**Given entries**
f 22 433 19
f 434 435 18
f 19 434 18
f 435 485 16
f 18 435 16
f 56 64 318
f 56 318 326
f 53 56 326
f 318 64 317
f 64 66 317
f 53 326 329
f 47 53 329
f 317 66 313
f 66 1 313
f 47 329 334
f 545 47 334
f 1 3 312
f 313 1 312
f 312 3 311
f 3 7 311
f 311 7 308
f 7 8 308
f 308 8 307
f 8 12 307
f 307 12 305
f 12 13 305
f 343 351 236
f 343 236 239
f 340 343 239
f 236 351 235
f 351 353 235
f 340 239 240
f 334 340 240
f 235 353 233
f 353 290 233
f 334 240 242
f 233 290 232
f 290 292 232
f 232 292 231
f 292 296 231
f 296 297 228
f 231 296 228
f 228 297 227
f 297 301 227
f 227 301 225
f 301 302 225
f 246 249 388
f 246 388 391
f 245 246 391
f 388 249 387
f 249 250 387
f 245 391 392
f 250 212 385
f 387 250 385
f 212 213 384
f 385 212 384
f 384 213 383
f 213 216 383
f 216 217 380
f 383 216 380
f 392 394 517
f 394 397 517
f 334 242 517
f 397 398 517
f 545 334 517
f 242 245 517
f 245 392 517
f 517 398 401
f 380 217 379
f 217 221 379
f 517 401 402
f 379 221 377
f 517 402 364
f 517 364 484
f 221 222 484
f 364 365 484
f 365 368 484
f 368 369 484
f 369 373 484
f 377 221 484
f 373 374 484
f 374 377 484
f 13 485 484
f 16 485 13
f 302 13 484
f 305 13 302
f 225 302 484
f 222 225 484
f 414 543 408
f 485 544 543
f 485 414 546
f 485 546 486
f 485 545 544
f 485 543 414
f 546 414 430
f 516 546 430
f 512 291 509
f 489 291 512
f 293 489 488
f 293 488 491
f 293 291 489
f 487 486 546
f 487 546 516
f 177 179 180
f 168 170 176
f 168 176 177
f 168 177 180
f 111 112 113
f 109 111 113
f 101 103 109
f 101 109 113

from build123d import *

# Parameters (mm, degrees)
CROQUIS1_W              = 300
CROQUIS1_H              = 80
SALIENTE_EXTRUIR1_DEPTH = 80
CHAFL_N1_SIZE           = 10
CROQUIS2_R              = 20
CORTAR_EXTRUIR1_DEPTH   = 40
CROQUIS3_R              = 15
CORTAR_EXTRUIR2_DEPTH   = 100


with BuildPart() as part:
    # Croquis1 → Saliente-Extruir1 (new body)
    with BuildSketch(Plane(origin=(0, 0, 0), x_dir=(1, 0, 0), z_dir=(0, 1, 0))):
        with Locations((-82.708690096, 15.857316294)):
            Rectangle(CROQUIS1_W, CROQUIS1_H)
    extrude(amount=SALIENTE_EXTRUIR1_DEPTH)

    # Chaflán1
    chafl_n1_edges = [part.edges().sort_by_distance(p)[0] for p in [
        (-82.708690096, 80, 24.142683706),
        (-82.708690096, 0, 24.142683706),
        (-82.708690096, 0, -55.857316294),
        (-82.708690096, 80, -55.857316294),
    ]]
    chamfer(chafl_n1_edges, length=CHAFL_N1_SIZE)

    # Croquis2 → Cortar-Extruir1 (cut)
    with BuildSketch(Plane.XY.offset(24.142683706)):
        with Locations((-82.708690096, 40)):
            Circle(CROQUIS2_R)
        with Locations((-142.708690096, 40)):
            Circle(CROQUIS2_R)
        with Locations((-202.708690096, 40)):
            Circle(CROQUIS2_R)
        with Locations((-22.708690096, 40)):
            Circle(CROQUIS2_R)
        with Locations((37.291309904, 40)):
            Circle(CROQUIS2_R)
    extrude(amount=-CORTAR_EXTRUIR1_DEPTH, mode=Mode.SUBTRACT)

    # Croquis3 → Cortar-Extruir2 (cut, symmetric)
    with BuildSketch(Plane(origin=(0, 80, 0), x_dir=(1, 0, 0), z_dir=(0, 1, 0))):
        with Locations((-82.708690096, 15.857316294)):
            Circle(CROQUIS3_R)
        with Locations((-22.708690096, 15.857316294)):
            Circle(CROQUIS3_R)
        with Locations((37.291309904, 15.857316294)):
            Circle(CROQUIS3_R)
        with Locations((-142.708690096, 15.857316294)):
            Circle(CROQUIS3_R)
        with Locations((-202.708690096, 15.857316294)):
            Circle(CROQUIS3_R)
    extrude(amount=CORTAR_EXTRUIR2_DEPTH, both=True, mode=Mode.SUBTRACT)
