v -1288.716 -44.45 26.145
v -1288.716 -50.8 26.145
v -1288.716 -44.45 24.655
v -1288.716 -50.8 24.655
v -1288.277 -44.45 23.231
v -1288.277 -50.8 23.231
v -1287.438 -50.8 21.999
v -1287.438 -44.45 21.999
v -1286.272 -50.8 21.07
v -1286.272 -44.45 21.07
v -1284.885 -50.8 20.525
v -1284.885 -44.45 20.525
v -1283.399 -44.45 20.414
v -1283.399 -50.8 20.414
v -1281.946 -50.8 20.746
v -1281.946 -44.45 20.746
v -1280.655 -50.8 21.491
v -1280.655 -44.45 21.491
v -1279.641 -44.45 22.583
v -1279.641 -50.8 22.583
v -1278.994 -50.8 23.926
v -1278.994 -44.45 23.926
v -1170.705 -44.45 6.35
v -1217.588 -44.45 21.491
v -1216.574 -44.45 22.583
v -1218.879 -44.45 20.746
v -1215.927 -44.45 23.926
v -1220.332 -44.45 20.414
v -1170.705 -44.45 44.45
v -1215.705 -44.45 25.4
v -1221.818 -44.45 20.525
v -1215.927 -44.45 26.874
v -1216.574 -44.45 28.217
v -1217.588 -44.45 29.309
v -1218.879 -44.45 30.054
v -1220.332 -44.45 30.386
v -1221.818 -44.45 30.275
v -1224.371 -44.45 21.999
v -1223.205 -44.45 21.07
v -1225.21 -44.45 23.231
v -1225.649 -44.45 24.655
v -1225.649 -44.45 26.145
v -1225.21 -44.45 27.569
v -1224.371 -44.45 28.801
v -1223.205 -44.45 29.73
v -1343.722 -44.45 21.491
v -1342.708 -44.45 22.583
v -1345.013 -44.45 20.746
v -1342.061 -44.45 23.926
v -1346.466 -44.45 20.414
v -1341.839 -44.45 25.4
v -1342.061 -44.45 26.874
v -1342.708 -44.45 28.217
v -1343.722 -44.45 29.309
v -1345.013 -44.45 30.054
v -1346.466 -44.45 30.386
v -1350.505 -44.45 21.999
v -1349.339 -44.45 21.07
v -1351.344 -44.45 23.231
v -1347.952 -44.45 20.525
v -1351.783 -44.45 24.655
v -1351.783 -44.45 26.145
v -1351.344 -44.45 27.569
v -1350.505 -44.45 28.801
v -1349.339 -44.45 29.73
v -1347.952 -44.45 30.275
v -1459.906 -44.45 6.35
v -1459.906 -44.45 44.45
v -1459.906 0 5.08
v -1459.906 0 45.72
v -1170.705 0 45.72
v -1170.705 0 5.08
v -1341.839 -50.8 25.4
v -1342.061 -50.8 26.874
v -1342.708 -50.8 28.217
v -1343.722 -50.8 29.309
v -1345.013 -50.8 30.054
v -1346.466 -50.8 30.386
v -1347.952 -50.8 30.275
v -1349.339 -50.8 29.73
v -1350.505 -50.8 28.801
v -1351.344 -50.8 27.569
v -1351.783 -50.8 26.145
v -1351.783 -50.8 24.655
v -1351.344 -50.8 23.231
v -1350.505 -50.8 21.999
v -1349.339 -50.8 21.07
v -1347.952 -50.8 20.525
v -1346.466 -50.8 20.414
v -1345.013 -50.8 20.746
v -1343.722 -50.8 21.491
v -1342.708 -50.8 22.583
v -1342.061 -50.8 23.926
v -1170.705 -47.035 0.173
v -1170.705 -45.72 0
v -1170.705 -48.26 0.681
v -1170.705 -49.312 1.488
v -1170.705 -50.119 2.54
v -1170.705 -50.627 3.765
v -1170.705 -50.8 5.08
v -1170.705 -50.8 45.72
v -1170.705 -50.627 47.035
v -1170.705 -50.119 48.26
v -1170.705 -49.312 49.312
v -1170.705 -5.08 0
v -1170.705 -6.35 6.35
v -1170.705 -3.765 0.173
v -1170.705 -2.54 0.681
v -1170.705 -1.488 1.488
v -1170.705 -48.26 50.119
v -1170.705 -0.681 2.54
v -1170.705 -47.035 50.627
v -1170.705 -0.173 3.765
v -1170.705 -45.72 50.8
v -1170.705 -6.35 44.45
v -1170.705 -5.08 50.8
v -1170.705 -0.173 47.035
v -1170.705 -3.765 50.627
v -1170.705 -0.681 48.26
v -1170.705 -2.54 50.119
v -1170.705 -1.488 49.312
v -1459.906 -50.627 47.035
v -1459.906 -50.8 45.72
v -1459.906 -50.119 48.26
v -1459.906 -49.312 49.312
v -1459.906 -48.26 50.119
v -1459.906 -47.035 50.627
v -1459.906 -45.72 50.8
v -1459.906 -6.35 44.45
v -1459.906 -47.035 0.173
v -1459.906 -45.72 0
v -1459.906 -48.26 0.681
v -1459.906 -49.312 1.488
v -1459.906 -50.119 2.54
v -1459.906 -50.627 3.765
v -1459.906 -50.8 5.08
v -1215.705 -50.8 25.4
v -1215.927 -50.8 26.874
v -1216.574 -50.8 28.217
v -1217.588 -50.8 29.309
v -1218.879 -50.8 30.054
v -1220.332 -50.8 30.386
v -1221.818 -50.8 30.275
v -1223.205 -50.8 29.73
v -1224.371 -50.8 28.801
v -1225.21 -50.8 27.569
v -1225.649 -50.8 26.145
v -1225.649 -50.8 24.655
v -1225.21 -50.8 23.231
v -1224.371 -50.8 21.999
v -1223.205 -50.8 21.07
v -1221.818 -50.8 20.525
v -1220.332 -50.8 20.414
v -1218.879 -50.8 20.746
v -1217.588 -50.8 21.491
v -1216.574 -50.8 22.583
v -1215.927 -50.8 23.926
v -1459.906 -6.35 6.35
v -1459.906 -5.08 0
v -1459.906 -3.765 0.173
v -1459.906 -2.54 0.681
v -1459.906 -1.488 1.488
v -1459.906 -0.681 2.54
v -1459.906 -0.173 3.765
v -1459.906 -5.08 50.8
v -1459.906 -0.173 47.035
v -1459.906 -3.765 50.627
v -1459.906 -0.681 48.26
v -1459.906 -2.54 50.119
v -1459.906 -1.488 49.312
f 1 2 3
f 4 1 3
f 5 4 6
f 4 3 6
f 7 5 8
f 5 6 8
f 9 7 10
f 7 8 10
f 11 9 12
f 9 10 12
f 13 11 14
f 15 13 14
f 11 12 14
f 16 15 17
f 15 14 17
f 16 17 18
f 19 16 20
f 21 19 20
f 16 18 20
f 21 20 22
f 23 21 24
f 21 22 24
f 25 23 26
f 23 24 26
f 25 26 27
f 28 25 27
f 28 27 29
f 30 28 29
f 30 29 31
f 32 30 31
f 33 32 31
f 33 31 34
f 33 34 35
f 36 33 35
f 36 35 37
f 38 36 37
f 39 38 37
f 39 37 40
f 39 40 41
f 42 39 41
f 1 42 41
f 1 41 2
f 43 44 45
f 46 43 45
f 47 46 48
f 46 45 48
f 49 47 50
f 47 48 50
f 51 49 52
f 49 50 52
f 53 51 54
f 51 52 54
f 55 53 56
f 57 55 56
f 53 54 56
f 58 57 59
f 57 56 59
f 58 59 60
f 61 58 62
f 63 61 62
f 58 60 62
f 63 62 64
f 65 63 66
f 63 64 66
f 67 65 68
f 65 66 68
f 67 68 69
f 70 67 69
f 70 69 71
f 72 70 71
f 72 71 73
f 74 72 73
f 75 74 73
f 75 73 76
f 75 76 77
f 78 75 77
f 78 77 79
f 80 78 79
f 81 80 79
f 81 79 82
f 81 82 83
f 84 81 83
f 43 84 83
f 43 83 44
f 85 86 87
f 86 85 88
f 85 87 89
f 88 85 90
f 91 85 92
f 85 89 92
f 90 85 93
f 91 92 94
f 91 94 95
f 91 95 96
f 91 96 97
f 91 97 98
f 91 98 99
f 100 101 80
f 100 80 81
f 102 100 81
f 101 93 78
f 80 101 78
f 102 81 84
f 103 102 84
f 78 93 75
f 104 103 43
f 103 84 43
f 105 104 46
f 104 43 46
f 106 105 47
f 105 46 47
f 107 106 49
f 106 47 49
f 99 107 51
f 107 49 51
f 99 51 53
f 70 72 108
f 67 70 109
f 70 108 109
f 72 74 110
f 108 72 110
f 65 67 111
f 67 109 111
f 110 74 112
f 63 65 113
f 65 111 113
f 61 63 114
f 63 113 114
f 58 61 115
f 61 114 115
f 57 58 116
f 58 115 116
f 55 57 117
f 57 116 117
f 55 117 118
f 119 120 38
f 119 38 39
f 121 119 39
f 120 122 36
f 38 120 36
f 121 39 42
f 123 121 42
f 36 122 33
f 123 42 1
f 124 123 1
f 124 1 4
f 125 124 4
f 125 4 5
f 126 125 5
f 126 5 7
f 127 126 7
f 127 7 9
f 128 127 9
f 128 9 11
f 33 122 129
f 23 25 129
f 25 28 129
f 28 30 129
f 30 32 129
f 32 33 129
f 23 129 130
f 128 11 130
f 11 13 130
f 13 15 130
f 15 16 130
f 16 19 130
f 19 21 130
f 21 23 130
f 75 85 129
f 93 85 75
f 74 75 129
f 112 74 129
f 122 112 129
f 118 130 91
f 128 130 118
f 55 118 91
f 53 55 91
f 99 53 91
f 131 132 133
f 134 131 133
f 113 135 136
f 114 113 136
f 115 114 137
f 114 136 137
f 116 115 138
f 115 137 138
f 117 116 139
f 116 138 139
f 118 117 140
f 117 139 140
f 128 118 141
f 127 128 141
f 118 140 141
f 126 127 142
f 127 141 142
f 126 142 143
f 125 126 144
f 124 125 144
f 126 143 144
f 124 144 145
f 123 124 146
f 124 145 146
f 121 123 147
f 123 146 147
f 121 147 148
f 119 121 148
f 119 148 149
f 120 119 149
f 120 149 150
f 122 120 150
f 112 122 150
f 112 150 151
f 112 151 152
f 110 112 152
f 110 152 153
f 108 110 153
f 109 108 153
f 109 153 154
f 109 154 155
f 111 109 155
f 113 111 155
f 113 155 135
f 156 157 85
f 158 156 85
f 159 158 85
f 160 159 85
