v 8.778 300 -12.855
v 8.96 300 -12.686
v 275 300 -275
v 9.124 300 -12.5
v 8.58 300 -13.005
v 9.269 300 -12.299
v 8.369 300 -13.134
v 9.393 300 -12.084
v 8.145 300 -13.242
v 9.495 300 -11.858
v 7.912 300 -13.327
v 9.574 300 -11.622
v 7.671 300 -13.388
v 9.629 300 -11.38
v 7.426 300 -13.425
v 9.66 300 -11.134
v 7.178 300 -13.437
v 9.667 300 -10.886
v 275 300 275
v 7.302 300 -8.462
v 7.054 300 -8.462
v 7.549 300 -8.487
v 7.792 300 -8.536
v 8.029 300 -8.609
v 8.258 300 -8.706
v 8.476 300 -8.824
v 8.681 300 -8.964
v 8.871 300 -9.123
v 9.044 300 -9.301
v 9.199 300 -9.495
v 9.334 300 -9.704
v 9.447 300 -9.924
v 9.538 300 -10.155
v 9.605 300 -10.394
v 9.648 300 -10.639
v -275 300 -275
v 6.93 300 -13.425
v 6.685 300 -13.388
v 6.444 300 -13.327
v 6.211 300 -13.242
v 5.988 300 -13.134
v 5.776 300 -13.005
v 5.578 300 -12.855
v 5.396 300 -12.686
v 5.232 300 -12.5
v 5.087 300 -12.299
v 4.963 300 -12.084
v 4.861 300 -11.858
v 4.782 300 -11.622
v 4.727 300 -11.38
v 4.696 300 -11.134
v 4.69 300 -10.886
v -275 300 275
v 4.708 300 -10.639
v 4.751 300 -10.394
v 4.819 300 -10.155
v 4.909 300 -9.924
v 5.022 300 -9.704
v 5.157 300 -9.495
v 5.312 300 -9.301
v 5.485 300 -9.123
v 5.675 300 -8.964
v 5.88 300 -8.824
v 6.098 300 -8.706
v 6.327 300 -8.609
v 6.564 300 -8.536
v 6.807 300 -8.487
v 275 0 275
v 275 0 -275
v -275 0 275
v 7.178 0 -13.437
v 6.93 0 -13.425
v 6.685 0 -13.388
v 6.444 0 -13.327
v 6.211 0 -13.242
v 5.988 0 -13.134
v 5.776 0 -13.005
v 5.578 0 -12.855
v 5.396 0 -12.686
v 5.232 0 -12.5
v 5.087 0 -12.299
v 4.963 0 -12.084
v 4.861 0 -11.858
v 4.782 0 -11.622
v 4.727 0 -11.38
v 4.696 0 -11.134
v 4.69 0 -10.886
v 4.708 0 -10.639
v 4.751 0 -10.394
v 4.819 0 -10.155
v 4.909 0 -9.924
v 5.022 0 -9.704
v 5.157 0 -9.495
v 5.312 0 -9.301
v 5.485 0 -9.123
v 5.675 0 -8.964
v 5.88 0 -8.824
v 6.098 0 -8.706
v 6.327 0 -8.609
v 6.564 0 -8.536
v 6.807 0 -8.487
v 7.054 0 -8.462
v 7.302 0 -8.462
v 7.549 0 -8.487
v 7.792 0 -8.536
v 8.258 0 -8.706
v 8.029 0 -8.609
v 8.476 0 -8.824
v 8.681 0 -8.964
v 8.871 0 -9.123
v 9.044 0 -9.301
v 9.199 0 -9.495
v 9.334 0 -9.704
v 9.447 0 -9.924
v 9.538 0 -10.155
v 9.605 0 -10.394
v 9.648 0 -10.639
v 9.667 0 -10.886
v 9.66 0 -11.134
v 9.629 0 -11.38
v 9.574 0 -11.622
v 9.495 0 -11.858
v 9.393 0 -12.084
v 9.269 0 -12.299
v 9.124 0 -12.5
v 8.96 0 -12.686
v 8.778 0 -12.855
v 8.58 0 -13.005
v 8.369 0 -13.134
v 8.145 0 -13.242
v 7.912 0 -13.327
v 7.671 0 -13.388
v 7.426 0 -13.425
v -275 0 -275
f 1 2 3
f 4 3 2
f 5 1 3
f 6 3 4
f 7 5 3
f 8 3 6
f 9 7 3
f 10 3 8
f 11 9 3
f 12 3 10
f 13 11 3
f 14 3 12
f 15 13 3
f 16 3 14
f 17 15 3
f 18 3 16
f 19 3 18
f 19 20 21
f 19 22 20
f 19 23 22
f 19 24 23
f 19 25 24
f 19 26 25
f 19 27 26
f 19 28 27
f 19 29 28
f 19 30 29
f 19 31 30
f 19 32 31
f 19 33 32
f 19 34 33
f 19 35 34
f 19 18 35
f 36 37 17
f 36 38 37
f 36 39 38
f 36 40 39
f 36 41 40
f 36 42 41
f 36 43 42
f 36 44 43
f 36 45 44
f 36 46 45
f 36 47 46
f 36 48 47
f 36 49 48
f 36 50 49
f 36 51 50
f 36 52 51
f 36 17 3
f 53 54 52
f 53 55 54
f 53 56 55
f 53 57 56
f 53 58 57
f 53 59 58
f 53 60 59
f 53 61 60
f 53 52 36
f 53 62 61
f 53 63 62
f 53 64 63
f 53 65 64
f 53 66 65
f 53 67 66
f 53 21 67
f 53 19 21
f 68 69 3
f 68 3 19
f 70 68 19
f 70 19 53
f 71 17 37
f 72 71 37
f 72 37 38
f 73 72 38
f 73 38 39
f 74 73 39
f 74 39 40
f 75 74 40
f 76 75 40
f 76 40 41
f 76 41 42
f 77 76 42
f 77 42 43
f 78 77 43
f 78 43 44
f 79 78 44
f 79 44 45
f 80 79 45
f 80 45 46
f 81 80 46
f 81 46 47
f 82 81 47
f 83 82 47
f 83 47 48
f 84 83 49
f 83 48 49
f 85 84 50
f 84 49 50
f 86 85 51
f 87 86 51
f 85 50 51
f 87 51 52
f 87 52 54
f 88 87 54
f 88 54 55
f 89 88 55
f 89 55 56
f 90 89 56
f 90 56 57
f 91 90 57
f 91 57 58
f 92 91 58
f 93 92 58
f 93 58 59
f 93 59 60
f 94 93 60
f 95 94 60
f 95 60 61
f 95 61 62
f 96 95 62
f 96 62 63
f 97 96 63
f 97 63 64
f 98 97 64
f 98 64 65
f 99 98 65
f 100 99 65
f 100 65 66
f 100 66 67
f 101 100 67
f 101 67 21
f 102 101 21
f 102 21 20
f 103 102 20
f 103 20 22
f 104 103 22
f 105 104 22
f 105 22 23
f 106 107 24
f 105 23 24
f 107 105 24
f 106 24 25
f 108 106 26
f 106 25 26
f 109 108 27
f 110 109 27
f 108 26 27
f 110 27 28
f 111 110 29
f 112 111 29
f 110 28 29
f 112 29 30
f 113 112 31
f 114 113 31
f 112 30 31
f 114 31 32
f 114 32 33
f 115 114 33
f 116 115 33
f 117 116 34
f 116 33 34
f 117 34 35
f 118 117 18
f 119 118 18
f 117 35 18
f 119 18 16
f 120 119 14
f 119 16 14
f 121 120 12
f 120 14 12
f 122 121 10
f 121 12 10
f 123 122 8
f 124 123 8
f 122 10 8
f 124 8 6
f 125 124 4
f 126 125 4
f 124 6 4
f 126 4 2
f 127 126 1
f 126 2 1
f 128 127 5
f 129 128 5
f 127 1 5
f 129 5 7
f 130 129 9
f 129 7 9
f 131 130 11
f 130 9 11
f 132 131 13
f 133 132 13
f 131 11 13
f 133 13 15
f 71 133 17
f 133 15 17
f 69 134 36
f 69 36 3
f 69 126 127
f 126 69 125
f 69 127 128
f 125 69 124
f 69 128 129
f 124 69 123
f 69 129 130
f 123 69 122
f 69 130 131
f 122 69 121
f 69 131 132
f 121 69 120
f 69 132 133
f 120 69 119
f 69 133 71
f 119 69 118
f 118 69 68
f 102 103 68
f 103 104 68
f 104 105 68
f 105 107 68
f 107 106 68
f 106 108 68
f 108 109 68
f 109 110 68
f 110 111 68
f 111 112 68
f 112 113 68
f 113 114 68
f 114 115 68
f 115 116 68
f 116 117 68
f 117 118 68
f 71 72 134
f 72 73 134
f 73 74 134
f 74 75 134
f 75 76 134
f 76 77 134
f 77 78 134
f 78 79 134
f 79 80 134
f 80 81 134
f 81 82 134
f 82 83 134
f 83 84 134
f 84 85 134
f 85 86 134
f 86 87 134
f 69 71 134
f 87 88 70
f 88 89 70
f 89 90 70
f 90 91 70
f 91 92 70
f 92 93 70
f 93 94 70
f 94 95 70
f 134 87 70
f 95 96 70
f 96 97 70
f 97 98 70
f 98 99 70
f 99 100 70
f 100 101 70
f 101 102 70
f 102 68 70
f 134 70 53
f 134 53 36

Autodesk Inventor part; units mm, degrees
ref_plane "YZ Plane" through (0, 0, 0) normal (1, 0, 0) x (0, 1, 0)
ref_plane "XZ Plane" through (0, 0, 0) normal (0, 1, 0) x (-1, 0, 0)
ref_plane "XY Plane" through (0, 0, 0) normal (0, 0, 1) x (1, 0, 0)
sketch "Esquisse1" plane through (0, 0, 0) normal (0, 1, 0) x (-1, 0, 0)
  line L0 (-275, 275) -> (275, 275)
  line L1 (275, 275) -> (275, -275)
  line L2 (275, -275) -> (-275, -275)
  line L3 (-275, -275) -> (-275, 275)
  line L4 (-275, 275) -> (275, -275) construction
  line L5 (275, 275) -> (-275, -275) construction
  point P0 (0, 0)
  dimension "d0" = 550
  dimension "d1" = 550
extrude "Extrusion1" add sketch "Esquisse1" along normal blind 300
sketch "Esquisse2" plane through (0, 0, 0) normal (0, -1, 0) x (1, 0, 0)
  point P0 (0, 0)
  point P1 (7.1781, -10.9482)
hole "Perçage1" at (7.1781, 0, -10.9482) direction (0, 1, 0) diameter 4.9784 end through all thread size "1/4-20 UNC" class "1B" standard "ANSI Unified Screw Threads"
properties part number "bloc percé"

**The problem**
Each line of the records that holds the word "Mode" should be copied out.

**Task output**
    extrude(amount=-CORTAR_EXTRUIR1_DEPTH, mode=Mode.SUBTRACT)
    extrude(amount=CORTAR_EXTRUIR2_DEPTH, both=True, mode=Mode.SUBTRACT)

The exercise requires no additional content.